[[ Dataset open ]]

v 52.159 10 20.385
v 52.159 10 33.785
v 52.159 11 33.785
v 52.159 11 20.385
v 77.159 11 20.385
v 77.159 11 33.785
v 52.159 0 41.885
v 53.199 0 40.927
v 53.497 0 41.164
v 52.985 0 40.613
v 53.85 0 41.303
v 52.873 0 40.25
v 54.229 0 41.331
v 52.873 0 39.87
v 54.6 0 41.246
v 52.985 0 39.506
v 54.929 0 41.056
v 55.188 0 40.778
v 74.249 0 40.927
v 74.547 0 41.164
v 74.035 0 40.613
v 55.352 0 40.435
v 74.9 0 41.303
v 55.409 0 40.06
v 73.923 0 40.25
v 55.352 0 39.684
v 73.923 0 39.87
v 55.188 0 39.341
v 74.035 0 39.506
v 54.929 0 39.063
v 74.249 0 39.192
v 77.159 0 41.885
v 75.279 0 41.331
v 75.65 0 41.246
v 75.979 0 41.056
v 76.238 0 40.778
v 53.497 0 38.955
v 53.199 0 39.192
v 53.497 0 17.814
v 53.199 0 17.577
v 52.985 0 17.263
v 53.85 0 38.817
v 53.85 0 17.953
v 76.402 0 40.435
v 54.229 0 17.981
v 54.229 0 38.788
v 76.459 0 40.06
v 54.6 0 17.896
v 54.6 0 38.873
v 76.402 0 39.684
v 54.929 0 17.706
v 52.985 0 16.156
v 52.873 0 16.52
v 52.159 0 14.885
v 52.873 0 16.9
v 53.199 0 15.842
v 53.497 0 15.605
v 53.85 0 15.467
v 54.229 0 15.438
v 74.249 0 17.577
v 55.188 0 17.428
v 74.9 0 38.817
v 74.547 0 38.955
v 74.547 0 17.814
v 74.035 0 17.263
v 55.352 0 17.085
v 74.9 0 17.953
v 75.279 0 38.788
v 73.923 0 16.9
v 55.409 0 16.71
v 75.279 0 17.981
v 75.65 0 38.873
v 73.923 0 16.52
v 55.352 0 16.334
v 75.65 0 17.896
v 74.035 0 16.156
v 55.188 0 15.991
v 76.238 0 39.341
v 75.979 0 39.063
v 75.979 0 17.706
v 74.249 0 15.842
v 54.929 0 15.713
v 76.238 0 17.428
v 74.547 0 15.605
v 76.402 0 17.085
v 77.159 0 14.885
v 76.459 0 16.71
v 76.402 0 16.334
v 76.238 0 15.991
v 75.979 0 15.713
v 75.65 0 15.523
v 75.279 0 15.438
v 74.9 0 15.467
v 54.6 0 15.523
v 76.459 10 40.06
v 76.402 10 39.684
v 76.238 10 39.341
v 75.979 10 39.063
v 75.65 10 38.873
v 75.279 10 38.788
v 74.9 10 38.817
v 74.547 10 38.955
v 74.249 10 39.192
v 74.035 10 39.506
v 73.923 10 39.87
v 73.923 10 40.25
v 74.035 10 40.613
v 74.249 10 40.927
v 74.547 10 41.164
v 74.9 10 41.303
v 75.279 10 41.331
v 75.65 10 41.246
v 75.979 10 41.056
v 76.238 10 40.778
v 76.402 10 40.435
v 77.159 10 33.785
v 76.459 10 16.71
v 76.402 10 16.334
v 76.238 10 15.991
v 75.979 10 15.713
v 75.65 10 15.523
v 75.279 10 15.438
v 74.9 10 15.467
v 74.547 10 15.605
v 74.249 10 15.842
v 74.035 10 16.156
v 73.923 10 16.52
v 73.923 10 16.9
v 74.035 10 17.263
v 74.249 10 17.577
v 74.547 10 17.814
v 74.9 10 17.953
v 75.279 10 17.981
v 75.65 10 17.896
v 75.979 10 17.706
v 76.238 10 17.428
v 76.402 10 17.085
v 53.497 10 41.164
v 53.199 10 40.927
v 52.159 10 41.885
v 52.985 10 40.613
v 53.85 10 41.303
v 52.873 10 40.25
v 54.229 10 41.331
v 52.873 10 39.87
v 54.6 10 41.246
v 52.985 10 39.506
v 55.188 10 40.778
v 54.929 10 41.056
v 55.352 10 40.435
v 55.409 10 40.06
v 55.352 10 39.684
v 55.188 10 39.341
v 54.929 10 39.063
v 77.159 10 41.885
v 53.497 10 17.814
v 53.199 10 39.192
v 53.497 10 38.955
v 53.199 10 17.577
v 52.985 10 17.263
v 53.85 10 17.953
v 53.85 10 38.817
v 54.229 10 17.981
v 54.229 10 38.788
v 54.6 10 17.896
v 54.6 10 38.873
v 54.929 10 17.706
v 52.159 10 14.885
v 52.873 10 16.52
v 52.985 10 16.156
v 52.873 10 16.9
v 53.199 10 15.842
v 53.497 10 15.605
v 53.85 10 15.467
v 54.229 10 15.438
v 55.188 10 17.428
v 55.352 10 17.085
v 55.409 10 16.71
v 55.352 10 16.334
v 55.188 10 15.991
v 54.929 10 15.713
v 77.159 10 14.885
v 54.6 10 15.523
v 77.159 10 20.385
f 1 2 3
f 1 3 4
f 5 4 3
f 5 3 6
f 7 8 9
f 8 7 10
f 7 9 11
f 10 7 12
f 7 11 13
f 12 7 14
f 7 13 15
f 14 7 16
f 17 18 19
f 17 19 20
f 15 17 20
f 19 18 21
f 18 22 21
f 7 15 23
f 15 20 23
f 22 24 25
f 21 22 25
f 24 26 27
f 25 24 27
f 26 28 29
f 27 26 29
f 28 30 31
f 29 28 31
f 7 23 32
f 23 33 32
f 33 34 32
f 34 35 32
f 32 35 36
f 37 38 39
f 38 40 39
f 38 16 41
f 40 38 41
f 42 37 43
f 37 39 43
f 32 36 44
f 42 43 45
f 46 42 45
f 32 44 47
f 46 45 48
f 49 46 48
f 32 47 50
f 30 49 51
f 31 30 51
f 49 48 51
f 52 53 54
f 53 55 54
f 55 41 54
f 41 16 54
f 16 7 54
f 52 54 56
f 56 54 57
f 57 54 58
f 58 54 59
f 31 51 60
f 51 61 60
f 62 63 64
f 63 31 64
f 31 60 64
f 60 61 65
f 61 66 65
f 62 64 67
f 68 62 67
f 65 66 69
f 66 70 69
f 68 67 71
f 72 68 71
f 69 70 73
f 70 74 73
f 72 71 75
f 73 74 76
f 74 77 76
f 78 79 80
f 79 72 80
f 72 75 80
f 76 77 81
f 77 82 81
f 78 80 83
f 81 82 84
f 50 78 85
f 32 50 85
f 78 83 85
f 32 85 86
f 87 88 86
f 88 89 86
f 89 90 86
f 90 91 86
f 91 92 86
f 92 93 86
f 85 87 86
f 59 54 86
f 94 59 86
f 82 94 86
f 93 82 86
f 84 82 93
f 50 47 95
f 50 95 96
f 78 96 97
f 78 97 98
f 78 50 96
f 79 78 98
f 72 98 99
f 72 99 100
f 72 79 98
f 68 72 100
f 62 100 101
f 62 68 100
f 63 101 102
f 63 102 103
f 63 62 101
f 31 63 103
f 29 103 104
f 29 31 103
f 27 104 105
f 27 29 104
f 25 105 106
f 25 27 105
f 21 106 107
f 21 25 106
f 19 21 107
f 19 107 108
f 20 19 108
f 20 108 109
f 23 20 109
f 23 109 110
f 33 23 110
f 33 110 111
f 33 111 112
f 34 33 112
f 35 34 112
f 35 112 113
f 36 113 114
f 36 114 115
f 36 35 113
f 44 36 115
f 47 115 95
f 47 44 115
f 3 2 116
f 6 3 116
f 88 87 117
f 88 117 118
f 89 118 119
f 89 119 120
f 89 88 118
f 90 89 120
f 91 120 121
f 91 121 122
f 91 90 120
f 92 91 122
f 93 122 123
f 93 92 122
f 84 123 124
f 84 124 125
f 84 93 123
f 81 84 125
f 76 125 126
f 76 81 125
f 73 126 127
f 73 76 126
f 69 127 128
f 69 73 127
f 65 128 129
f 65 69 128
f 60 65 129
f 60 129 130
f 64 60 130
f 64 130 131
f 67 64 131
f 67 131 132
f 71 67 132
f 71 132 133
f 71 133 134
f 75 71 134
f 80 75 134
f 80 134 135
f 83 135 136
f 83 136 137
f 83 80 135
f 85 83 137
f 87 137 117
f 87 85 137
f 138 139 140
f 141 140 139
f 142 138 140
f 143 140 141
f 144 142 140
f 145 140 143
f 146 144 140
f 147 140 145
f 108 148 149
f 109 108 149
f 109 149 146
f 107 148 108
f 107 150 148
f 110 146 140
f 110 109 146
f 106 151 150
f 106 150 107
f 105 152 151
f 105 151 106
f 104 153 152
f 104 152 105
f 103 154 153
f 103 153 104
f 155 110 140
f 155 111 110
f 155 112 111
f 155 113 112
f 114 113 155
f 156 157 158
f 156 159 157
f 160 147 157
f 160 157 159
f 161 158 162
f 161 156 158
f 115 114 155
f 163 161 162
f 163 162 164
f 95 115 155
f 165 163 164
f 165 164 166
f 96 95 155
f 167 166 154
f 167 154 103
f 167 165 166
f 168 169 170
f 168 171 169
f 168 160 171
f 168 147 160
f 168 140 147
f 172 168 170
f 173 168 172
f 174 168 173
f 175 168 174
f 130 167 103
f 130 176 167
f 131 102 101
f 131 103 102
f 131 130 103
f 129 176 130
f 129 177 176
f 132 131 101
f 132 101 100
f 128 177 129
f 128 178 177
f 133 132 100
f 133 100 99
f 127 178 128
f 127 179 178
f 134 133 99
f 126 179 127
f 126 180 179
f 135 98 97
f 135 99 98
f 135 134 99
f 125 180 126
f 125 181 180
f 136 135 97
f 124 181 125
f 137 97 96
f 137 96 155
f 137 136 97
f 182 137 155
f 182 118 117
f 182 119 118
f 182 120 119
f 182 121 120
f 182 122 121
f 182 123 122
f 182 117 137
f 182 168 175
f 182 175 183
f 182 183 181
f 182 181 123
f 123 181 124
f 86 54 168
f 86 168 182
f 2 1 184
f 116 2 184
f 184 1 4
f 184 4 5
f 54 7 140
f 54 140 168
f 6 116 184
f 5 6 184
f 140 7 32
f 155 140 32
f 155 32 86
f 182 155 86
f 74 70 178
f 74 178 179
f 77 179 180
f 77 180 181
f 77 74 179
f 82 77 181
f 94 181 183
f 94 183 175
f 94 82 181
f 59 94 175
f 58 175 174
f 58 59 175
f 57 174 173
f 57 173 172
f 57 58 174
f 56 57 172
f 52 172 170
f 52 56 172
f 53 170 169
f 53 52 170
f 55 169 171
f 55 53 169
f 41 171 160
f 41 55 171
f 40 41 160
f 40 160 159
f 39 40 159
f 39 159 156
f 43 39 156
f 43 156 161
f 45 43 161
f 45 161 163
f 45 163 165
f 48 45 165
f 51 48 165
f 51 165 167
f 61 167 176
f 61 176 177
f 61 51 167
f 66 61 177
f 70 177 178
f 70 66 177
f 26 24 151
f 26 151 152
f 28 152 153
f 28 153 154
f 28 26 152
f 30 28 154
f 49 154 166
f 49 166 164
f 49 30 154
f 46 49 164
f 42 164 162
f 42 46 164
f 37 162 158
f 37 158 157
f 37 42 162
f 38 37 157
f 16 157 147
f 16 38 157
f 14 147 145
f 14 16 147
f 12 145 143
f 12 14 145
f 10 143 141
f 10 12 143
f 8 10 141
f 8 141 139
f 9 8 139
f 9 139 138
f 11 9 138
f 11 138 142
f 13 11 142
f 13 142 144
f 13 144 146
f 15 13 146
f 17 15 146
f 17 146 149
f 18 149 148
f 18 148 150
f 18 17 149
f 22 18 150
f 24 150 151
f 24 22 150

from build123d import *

# Parameters (mm, degrees)
SKETCH1_W           = 25
SKETCH1_H           = 27
SKETCH1_R           = 1.275
BOSS_EXTRUDE1_DEPTH = 10
SKETCH2_W           = 25
SKETCH2_H           = 13.4
BOSS_EXTRUDE2_DEPTH = 1


with BuildPart() as part:
    # Sketch1 → Boss-Extrude1 (new body)
    with BuildSketch(Plane(origin=(0, 0, 0), x_dir=(1, 0, 0), z_dir=(0, 1, 0))):
        with Locations((64.659126964, -28.384601034)):
            Rectangle(SKETCH1_W, SKETCH1_H)
        with Locations((54.134126964, -16.709601034)):
            Circle(SKETCH1_R, mode=Mode.SUBTRACT)
        with Locations((54.134126964, -40.059601034)):
            Circle(SKETCH1_R, mode=Mode.SUBTRACT)
        with Locations((75.184126964, -40.059601034)):
            Circle(SKETCH1_R, mode=Mode.SUBTRACT)
        with Locations((75.184126964, -16.709601034)):
            Circle(SKETCH1_R, mode=Mode.SUBTRACT)
    extrude(amount=BOSS_EXTRUDE1_DEPTH)


with BuildPart() as body_2:
    # Sketch2 → Boss-Extrude2 (new body)
    with BuildSketch(Plane(origin=(0, 10, 0), x_dir=(1, 0, 0), z_dir=(0, 1, 0))):
        with Locations((64.659126964, -27.084601034)):
            Rectangle(SKETCH2_W, SKETCH2_H)
    extrude(amount=BOSS_EXTRUDE2_DEPTH)


solid = Compound([part.part, body_2.part])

[[ Dataset closed ]]

> [What is required] Repeat exactly, please, each line from the beginning of the data through the line with "v 74.035 0 39.506" in it, and only those lines.

> [Solution]
v 52.159 10 20.385
v 52.159 10 33.785
v 52.159 11 33.785
v 52.159 11 20.385
v 77.159 11 20.385
v 77.159 11 33.785
v 52.159 0 41.885
v 53.199 0 40.927
v 53.497 0 41.164
v 52.985 0 40.613
v 53.85 0 41.303
v 52.873 0 40.25
v 54.229 0 41.331
v 52.873 0 39.87
v 54.6 0 41.246
v 52.985 0 39.506
v 54.929 0 41.056
v 55.188 0 40.778
v 74.249 0 40.927
v 74.547 0 41.164
v 74.035 0 40.613
v 55.352 0 40.435
v 74.9 0 41.303
v 55.409 0 40.06
v 73.923 0 40.25
v 55.352 0 39.684
v 73.923 0 39.87
v 55.188 0 39.341
v 74.035 0 39.506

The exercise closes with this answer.